Без адреса. Пе́трович открыл его и достал лист бумаги: «Уважаемая госпожа! Сообщаю Вам, что Ваш брат два месяца назад проиграл мне очень большую сумму денег. Если вы не соблаговолите принять меры, то мне придется публично рассказать о его болезни, что очень заинтересует руководство департамента, в котором он работает, и полицию». Ни числа, ни подписи. Пропись наклонена влево. Наверное, написано левой рукой.

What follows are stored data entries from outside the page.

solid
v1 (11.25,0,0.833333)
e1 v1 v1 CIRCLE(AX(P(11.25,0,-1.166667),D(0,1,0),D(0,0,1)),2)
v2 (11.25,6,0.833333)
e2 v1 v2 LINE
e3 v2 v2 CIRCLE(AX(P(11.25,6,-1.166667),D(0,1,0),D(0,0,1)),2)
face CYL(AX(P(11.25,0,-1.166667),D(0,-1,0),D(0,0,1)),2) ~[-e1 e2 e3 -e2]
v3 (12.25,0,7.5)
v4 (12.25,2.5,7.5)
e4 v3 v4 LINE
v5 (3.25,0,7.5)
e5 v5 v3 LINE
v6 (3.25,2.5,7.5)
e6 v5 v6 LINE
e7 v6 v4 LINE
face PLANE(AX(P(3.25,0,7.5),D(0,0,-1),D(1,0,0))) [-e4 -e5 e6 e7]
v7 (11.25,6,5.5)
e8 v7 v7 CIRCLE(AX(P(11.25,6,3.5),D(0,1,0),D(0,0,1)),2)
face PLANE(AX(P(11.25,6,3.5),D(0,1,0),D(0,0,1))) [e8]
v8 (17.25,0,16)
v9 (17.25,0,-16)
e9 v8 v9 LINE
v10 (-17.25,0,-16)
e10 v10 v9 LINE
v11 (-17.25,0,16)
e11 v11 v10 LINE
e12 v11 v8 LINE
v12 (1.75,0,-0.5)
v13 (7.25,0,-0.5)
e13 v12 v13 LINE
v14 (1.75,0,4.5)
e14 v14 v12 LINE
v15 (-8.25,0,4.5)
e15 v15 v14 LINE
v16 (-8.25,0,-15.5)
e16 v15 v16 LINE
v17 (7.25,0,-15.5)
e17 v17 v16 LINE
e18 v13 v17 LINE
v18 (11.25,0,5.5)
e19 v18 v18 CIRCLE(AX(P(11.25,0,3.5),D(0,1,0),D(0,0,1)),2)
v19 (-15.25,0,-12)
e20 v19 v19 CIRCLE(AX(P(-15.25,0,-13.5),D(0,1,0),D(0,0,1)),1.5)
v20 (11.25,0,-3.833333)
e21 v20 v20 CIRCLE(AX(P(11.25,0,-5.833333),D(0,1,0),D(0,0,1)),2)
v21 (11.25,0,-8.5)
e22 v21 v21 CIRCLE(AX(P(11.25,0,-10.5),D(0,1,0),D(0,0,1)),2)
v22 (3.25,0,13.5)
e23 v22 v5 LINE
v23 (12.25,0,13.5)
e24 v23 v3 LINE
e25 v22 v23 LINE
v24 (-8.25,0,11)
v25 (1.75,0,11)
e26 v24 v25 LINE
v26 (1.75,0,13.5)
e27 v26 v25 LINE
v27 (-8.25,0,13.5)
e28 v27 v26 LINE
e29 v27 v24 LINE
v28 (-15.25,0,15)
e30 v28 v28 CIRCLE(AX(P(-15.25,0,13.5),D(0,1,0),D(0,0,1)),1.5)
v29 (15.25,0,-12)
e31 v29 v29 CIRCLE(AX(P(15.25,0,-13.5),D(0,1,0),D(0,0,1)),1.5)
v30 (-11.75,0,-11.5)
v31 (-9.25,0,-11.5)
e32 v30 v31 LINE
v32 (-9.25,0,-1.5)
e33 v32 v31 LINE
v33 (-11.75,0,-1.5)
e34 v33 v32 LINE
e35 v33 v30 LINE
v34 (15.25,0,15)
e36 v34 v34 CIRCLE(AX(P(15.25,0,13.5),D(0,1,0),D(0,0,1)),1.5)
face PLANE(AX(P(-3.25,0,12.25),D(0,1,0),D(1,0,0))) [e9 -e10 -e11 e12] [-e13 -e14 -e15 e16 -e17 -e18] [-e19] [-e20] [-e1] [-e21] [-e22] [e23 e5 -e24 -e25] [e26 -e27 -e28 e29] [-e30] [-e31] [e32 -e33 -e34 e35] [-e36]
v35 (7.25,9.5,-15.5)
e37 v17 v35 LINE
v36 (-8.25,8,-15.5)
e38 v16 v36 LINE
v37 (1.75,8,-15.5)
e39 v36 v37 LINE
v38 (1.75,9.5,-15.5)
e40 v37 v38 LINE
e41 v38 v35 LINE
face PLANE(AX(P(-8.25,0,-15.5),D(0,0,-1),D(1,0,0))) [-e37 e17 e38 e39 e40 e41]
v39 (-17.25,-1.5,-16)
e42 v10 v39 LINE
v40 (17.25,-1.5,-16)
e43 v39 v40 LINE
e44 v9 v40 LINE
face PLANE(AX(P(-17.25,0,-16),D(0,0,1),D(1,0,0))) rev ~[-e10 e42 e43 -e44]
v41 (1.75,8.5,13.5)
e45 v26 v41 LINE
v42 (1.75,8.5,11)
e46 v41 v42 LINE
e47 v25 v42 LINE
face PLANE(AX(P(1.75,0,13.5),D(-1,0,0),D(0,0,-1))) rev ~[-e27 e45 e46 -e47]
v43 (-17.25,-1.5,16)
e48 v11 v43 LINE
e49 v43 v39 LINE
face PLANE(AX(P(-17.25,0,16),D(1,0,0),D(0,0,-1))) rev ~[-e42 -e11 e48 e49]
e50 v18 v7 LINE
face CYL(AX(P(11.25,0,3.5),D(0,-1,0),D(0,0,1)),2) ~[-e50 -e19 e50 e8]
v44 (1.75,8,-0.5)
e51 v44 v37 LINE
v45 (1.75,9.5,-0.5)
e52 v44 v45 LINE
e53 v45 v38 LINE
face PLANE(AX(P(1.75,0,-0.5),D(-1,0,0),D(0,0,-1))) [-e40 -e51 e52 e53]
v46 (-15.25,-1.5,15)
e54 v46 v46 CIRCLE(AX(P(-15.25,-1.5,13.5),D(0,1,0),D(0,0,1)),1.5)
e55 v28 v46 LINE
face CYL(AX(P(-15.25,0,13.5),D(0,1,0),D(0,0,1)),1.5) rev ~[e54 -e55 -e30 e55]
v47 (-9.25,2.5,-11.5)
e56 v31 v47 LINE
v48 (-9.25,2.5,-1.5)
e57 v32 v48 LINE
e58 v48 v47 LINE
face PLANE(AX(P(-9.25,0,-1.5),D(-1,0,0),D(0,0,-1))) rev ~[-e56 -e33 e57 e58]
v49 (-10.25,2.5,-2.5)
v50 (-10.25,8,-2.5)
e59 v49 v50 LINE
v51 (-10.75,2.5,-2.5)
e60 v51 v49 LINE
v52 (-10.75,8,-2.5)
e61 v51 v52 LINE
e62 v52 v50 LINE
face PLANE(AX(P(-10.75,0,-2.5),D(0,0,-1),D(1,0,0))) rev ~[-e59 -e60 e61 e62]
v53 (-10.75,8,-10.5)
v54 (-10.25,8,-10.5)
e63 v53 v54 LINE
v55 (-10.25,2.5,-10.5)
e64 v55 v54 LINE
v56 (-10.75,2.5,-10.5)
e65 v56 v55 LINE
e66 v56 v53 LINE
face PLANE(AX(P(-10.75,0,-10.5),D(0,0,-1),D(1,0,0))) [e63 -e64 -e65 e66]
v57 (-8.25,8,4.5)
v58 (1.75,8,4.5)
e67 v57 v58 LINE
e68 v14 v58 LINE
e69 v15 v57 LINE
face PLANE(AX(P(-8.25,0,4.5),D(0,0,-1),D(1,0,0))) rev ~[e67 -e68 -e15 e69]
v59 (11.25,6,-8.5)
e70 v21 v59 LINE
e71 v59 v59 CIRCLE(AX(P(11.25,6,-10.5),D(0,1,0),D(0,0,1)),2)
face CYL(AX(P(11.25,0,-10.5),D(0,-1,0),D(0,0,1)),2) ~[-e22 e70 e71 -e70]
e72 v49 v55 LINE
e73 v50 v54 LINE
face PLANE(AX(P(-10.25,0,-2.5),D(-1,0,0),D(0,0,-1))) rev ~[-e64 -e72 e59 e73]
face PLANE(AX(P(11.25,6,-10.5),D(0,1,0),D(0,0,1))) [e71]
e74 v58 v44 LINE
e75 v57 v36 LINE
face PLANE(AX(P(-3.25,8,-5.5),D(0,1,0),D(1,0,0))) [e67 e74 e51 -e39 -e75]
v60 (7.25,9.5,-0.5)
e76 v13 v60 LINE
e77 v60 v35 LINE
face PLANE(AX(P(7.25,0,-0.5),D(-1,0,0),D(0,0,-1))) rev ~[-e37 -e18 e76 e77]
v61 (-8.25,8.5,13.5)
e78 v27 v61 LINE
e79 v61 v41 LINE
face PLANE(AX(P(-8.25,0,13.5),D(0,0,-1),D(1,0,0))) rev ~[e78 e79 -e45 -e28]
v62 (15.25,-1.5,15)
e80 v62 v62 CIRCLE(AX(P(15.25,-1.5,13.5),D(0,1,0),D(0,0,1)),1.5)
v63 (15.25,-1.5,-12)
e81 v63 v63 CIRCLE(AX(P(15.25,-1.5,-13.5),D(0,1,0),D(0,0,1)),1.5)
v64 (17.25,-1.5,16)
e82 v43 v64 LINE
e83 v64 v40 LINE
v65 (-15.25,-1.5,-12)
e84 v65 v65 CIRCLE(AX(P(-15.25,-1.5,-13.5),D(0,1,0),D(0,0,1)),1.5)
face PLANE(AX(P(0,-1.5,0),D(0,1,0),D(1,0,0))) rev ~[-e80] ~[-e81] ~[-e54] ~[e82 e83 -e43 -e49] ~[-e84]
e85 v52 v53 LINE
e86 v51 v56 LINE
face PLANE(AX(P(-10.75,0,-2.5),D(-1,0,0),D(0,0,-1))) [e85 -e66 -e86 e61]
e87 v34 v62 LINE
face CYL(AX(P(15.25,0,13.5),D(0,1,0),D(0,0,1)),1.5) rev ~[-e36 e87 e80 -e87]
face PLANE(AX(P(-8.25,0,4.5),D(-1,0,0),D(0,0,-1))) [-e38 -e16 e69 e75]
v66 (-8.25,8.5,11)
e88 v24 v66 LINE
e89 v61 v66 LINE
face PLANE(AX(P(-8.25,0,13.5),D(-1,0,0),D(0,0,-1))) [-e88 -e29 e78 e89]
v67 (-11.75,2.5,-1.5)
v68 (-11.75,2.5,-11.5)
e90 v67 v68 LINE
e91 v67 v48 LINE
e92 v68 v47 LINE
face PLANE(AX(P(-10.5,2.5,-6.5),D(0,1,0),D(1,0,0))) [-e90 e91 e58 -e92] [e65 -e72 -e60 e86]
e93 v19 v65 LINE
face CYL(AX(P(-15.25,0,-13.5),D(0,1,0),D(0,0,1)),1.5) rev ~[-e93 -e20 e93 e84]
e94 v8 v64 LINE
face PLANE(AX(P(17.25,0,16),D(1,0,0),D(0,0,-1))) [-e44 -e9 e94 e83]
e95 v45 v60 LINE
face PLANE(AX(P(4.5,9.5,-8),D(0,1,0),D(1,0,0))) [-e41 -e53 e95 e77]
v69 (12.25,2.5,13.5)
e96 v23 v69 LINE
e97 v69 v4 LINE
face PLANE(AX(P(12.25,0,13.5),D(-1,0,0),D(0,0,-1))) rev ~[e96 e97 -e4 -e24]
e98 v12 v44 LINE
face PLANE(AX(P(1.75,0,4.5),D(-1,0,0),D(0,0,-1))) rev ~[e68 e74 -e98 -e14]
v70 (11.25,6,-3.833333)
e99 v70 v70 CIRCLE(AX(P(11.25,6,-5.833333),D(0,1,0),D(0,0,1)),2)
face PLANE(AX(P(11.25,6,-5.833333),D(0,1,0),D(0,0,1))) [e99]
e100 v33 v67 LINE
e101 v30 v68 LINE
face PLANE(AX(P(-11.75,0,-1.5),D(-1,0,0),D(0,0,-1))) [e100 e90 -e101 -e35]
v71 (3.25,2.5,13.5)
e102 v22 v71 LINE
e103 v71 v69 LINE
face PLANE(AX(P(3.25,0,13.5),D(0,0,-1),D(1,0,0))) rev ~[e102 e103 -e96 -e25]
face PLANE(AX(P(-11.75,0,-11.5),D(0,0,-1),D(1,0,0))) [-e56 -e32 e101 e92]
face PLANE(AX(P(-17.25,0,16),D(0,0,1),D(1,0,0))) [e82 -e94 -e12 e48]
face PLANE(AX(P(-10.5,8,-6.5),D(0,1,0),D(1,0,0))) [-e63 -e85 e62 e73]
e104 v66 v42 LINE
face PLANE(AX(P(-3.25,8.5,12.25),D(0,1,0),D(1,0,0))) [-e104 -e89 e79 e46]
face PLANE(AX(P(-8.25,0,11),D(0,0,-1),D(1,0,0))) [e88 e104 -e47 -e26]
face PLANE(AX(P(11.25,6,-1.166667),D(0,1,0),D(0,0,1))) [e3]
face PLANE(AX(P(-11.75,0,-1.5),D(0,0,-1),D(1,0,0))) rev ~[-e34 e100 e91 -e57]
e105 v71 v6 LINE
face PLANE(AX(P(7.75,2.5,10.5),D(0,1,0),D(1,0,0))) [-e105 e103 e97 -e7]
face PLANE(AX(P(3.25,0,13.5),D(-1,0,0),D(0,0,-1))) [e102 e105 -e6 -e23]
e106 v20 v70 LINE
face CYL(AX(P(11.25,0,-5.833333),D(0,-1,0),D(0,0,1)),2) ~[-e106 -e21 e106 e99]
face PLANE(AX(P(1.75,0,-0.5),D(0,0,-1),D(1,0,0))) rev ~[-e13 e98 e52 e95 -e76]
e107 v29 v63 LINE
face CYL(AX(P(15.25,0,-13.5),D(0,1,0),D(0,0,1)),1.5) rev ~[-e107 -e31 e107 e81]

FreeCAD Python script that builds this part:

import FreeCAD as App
import Part
import Sketcher

V = App.Vector
Q = App.Units.Quantity


def add_polygon(sketch, points):
    """Adds a closed chain of lines whose ends are joined by coincident constraints."""
    first, n = sketch.GeometryCount, len(points)
    for a, b in zip(points, points[1:] + points[:1]):
        sketch.addGeometry(Part.LineSegment(App.Vector(*a, 0), App.Vector(*b, 0)), False)
    for i in range(n):
        sketch.addConstraint(Sketcher.Constraint("Coincident", first + i, 2, first + (i + 1) % n, 1))

doc = App.newDocument("Part")
body = doc.addObject("PartDesign::Body", "Body")

# Sketch on XZ plane
sketch1 = doc.addObject("Sketcher::SketchObject", "Sketch")
body.addObject(sketch1)
sketch1.AttachmentSupport = (doc.XZ_Plane, [""])
sketch1.MapMode = "FlatFace"
add_polygon(sketch1, [(-17.25, -16), (-17.25, 16), (17.25, 16), (17.25, -16)])  # lines 0-3
sketch1.addGeometry(Part.Circle(V(-15.25, 13.5, 0), V(0, 0, 1), 1.5), False)  # 4
sketch1.addGeometry(Part.Circle(V(15.25, 13.5, 0), V(0, 0, 1), 1.5), False)  # 5
sketch1.addGeometry(Part.Circle(V(-15.25, -13.5, 0), V(0, 0, 1), 1.5), False)  # 6
sketch1.addGeometry(Part.Circle(V(15.25, -13.5, 0), V(0, 0, 1), 1.5), False)  # 7
sketch1.addConstraint(Sketcher.Constraint("Vertical", 0))
sketch1.addConstraint(Sketcher.Constraint("Horizontal", 1))
sketch1.addConstraint(Sketcher.Constraint("Vertical", 2))
sketch1.addConstraint(Sketcher.Constraint("Horizontal", 3))
sketch1.addConstraint(Sketcher.Constraint("Equal", 4, 5))
sketch1.addConstraint(Sketcher.Constraint("Equal", 5, 6))
sketch1.addConstraint(Sketcher.Constraint("Equal", 6, 7))
sketch1.addConstraint(Sketcher.Constraint("Symmetric", 5, 3, 6, 3, -1, 1))
sketch1.addConstraint(Sketcher.Constraint("Symmetric", 4, 3, 7, 3, -1, 1))
sketch1.addConstraint(Sketcher.Constraint("Symmetric", 0, 2, 2, 2, -1, 1))
sketch1.addConstraint(Sketcher.Constraint("Symmetric", 4, 3, 5, 3, -2))
sketch1.addConstraint(Sketcher.Constraint("Diameter", 4, Q("3 mm")))
sketch1.addConstraint(Sketcher.Constraint("DistanceY", 0, 1, 0, 2, Q("32 mm")))
sketch1.addConstraint(Sketcher.Constraint("DistanceX", 1, 1, 1, 2, Q("34.5 mm")))
sketch1.addConstraint(Sketcher.Constraint("DistanceY", 6, 3, 4, 3, Q("27 mm")))
sketch1.addConstraint(Sketcher.Constraint("DistanceX", 0, 2, 4, 3, Q("2 mm")))
pad1 = doc.addObject("PartDesign::Pad", "Pad")
body.addObject(pad1)
pad1.Profile = sketch1
pad1.Length = 1.5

– Я сразу позвонила брату, но он, наверное, уже ушел на работу. Хотела позвонить следователю, но передумала и решила приехать к тебе.
Пе́трович закурил трубку, а потом встал и подошел к бару. Сегодня, в центре Европы, Заполярье.
– Что-нибудь выпьешь?
Кристина кивнула головой. Он налил ей рюмку коньяка, себе – порцию виски и вернулся к столу.
– Подожди, скажу Любляне, чтобы нас не беспокоили. – Он вышел в приемную и сказал секретарше: – Для всех. У меня переговоры.
Пе́трович вернулся на свое место, сел, сделал затяжку и коснулся губами виски.
– Я знаю, кто это написал.
– Это клуб, да?
Аудитор утвердительно кивнул головой и сделал небольшой глоток. А Кристина выпила свою рюмку разом.
– Георг, что мне делать?
– Ничего. Возвращайся и сиди дома. И никуда не выходи. Да, и по дороге домой нигде не останавливайтесь. Пусть Георг потом сделает заказ продуктов по телефону.
– Это надолго?
– Думаю, что все станет ясным в ближайшие дни.
– Я решила не отдавать это письмо полиции. Пусть оно будет у тебя. Ты сам решишь, что с ним делать. Можно еще коньяку? – И она опять закурила.
– Если в полиции («Спасибо», – Кристина пригубила коньяк) узнают об этом письме, то они точно подумают, что у брата был мотив убийства. Он же, как и я, не знал о завещании в пользу клуба. Но я даже боюсь не этого.
– Огласки?
– Да.
Пе́трович сделал еще один глоток. Сейчас не время играть в кошки-мышки. Она должна знать.
– Ты правильно этого опасаешься. Думаю, что у твоего брата начался рецидив болезни.
– С чего ты это взял?
– Я был в понедельник в департаменте. В последнее время там случались кражи личных вещей. Конечно, это мог быть не твой брат, но если его руководство узнает о болезни, то оно не будет разбираться.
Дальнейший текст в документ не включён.